Related Work & Insights¶
- Compared to AniDoc (character-only) and LVCD (frame-level sketch control), LayerAnimate is more general and supports multimodal control.
- The data curation pipeline can supply training data for other tasks requiring layer annotations, such as animation segmentation and animation editing.
- The concept of layer-level control is generalizable to live-action video editing (e.g., independent foreground/background control).

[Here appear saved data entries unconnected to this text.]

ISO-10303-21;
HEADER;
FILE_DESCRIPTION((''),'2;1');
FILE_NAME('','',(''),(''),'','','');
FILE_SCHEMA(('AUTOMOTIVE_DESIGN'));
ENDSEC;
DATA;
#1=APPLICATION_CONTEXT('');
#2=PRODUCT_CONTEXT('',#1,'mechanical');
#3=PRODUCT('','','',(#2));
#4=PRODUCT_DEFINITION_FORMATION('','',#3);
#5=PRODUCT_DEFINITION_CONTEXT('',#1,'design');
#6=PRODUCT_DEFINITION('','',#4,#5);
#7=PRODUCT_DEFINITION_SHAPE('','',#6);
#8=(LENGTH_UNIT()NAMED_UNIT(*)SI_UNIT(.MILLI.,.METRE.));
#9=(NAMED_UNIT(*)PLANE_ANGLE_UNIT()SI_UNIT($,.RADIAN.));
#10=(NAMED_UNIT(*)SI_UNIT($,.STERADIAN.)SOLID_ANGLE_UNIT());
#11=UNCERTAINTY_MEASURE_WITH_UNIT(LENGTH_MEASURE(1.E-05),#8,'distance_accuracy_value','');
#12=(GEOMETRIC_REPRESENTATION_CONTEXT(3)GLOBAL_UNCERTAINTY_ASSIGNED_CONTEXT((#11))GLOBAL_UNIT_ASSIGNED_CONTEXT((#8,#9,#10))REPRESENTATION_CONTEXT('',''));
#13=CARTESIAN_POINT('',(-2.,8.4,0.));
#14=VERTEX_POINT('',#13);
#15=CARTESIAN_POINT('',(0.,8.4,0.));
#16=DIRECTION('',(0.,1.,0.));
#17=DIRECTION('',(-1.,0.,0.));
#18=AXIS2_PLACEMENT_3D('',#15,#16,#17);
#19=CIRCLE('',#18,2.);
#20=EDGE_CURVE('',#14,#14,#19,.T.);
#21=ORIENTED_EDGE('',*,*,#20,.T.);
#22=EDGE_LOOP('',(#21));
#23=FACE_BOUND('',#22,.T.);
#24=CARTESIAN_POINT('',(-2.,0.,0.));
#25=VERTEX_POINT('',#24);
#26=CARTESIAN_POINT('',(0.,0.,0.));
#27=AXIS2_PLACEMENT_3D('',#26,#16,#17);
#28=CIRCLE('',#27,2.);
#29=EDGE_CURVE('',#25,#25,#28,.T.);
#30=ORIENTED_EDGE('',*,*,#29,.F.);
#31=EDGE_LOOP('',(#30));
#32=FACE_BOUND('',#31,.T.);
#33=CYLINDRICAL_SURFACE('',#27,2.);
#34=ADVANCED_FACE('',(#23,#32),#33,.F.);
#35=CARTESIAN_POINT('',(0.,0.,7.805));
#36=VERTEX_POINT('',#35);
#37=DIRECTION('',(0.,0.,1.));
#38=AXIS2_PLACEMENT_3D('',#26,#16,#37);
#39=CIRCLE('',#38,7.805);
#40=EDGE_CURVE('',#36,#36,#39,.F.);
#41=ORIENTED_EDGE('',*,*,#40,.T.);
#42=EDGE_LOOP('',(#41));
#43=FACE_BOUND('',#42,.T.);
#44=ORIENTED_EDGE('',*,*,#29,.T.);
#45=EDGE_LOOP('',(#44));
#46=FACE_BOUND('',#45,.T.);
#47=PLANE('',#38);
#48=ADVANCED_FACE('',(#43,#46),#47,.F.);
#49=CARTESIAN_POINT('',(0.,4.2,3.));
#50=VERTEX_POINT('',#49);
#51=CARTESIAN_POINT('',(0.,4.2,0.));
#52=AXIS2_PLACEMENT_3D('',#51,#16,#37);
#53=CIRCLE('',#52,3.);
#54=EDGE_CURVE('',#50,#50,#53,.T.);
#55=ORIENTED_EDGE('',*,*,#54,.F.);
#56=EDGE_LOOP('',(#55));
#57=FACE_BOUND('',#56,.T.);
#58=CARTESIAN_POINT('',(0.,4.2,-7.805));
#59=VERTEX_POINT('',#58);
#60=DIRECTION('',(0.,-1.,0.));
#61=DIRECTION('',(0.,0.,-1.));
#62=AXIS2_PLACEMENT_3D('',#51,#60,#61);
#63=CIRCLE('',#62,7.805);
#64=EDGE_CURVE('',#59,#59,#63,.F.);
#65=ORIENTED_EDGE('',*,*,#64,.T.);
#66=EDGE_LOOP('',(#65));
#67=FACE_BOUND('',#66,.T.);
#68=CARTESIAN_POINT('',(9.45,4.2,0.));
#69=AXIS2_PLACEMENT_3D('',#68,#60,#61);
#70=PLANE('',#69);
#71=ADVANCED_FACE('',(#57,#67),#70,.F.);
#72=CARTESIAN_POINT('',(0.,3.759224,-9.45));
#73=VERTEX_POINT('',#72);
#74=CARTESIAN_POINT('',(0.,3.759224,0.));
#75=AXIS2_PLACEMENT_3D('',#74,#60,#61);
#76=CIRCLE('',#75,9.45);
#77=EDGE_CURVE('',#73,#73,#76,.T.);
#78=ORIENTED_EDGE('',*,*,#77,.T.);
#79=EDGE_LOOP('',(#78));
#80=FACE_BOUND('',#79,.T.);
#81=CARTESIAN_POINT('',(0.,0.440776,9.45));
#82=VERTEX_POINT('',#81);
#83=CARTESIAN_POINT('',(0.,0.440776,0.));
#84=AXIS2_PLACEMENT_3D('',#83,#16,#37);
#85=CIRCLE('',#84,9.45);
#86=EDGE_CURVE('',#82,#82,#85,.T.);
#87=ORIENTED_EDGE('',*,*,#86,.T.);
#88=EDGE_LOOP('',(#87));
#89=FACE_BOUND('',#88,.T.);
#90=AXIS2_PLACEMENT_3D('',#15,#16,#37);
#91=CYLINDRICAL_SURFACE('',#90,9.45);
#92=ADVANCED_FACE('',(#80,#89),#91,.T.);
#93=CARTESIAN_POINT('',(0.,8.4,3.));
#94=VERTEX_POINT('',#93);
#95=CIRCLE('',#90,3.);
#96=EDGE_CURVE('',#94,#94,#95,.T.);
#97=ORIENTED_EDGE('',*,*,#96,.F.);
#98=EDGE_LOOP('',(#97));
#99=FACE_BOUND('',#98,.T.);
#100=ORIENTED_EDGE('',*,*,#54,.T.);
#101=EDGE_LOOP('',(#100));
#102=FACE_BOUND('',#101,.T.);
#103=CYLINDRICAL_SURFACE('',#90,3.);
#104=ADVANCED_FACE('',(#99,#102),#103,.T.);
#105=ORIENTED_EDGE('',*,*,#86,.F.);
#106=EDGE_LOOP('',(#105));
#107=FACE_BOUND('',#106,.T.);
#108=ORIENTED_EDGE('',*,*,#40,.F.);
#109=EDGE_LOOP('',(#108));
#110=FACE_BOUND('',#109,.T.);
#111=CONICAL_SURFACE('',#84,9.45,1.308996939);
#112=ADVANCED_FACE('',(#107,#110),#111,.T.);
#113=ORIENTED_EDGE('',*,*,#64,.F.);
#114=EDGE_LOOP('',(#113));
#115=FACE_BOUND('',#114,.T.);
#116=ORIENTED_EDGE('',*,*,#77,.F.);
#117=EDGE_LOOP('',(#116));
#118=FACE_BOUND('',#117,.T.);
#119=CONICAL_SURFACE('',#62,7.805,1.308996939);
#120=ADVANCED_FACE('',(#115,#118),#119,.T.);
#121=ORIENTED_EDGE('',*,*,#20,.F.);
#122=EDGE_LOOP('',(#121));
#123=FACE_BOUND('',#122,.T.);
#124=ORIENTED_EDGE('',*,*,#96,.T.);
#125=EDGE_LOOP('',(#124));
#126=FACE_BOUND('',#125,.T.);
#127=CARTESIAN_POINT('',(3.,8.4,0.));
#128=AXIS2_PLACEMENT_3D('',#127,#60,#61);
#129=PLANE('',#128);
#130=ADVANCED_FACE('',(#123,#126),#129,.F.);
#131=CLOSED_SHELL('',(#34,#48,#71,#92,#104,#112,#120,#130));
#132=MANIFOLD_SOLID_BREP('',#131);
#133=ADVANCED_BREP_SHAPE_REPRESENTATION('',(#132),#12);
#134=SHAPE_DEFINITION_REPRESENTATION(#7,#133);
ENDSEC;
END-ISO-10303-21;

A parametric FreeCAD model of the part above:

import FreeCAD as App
import Part
import Sketcher


def edges_at(feature, points):
    """Names of the edges that pass closest to the given points."""
    edges = feature.Shape.Edges
    near = lambda p: min(range(len(edges)), key=lambda i: edges[i].distToShape(Part.Vertex(*p))[0])
    return sorted({f"Edge{near(p) + 1}" for p in points})

doc = App.newDocument("Part")
params = doc.addObject("Spreadsheet::Sheet", "Params")
for row, (alias, value) in enumerate([
    ("sketch1_width", "3 mm"),
    ("sketch1_height", "4.2 mm"),
    ("sketch1_width2", "9.45 mm"),
    ("revolution_angle", "360 deg"),
    ("chamfer_size", "1.645 mm"),
    ("chamfer_size2", "0.440776 mm"),
    ("chamfer2_size", "1.645 mm"),
    ("chamfer2_size2", "0.440776 mm"),
    ("sketch2_diameter", "4 mm"),
], start=1):
    params.set(f"A{row}", alias)
    params.set(f"B{row}", "=" + value)
    params.setAlias(f"B{row}", alias)

body = doc.addObject("PartDesign::Body", "Body")

# Sketch on XY plane
sketch1 = body.newObject("Sketcher::SketchObject", "Sketch")
sketch1.AttachmentSupport = (doc.getObject("XY_Plane"), [""])
sketch1.MapMode = "FlatFace"
sketch1.addGeometry([
    Part.LineSegment(App.Vector(0, 0, 0), App.Vector(9.4, 0, 0)),  # 0
    Part.LineSegment(App.Vector(9.4, 0, 0), App.Vector(9.4, 4.2, 0)),  # 1
    Part.LineSegment(App.Vector(9.4, 4.2, 0), App.Vector(3, 4.2, 0)),  # 2
    Part.LineSegment(App.Vector(3, 4.2, 0), App.Vector(3, 8.4, 0)),  # 3
    Part.LineSegment(App.Vector(3, 8.4, 0), App.Vector(0, 8.4, 0)),  # 4
    Part.LineSegment(App.Vector(0, 8.4, 0), App.Vector(0, 0, 0)),  # 5
], False)
sketch1.addConstraint([
    Sketcher.Constraint("Coincident", 0, 2, 1, 1),
    Sketcher.Constraint("Coincident", 1, 2, 2, 1),
    Sketcher.Constraint("Coincident", 2, 2, 3, 1),
    Sketcher.Constraint("Coincident", 3, 2, 4, 1),
    Sketcher.Constraint("Coincident", 4, 2, 5, 1),
    Sketcher.Constraint("Coincident", 5, 2, 0, 1),
    Sketcher.Constraint("Horizontal", 0),
    Sketcher.Constraint("Vertical", 1),
    Sketcher.Constraint("Horizontal", 2),
    Sketcher.Constraint("Vertical", 3),
    Sketcher.Constraint("Horizontal", 4),
    Sketcher.Constraint("Vertical", 5),
    Sketcher.Constraint("Coincident", 5, 2, -1, 1),
    Sketcher.Constraint("Equal", 1, 3),
    Sketcher.Constraint("DistanceX", 4, 2, 4, 1, 3.0),
    Sketcher.Constraint("DistanceY", 1, 1, 1, 2, 4.2),
    Sketcher.Constraint("DistanceX", 0, 1, 0, 2, 9.45),
])
sketch1.setExpression("Constraints[14]", "Params.sketch1_width")
sketch1.setExpression("Constraints[15]", "Params.sketch1_height")
sketch1.setExpression("Constraints[16]", "Params.sketch1_width2")
revolution = body.newObject("PartDesign::Revolution", "Revolution")
revolution.Profile = sketch1
revolution.ReferenceAxis = (sketch1, ["V_Axis"])
revolution.setExpression("Angle", "Params.revolution_angle")
doc.recompute()

chamfer = body.newObject("PartDesign::Chamfer", "Chamfer")
chamfer.Base = (revolution, edges_at(revolution, [(-9.45, 4.2, 0)]))
chamfer.ChamferType = "Two distances"
chamfer.setExpression("Size", "Params.chamfer_size")
chamfer.setExpression("Size2", "Params.chamfer_size2")
chamfer.FlipDirection = True
doc.recompute()

chamfer2 = body.newObject("PartDesign::Chamfer", "Chamfer001")
chamfer2.Base = (chamfer, edges_at(chamfer, [(-9.45, 0, 0)]))
chamfer2.ChamferType = "Two distances"
chamfer2.setExpression("Size", "Params.chamfer2_size")
chamfer2.setExpression("Size2", "Params.chamfer2_size2")
chamfer2.FlipDirection = True

# Sketch on XZ plane
sketch2 = body.newObject("Sketcher::SketchObject", "Sketch001")
sketch2.AttachmentSupport = (doc.getObject("XZ_Plane"), [""])
sketch2.MapMode = "FlatFace"
sketch2.AttachmentOffset = App.Placement(App.Vector(0, 0, -8.4), App.Rotation())
sketch2.addGeometry(Part.Circle(App.Vector(0, 0, 0), App.Vector(0, 0, 1), 2), False)
sketch2.addConstraint([
    Sketcher.Constraint("Coincident", 0, 3, -1, 1),
    Sketcher.Constraint("Diameter", 0, 4.0),
])
sketch2.setExpression("Constraints[1]", "Params.sketch2_diameter")
pocket1 = body.newObject("PartDesign::Pocket", "Pocket")
pocket1.Profile = sketch2
pocket1.Type = "ThroughAll"
pocket1.Midplane = True

doc.recompute()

- Future work may explore layer control frameworks based on DiT architectures to support higher resolutions and longer videos.
Rating¶
- Novelty: ⭐⭐⭐⭐⭐ Layer-level control represents a paradigm innovation in animation generation.
- Experimental Thoroughness: ⭐⭐⭐⭐ Comprehensive evaluation across six tasks, with ablation studies and user studies.
- Writing Quality: ⭐⭐⭐⭐ Clear structure with detailed pipeline descriptions.
- Value: ⭐⭐⭐⭐⭐ Strong practical applicability; opens a new direction for AI-assisted animation production.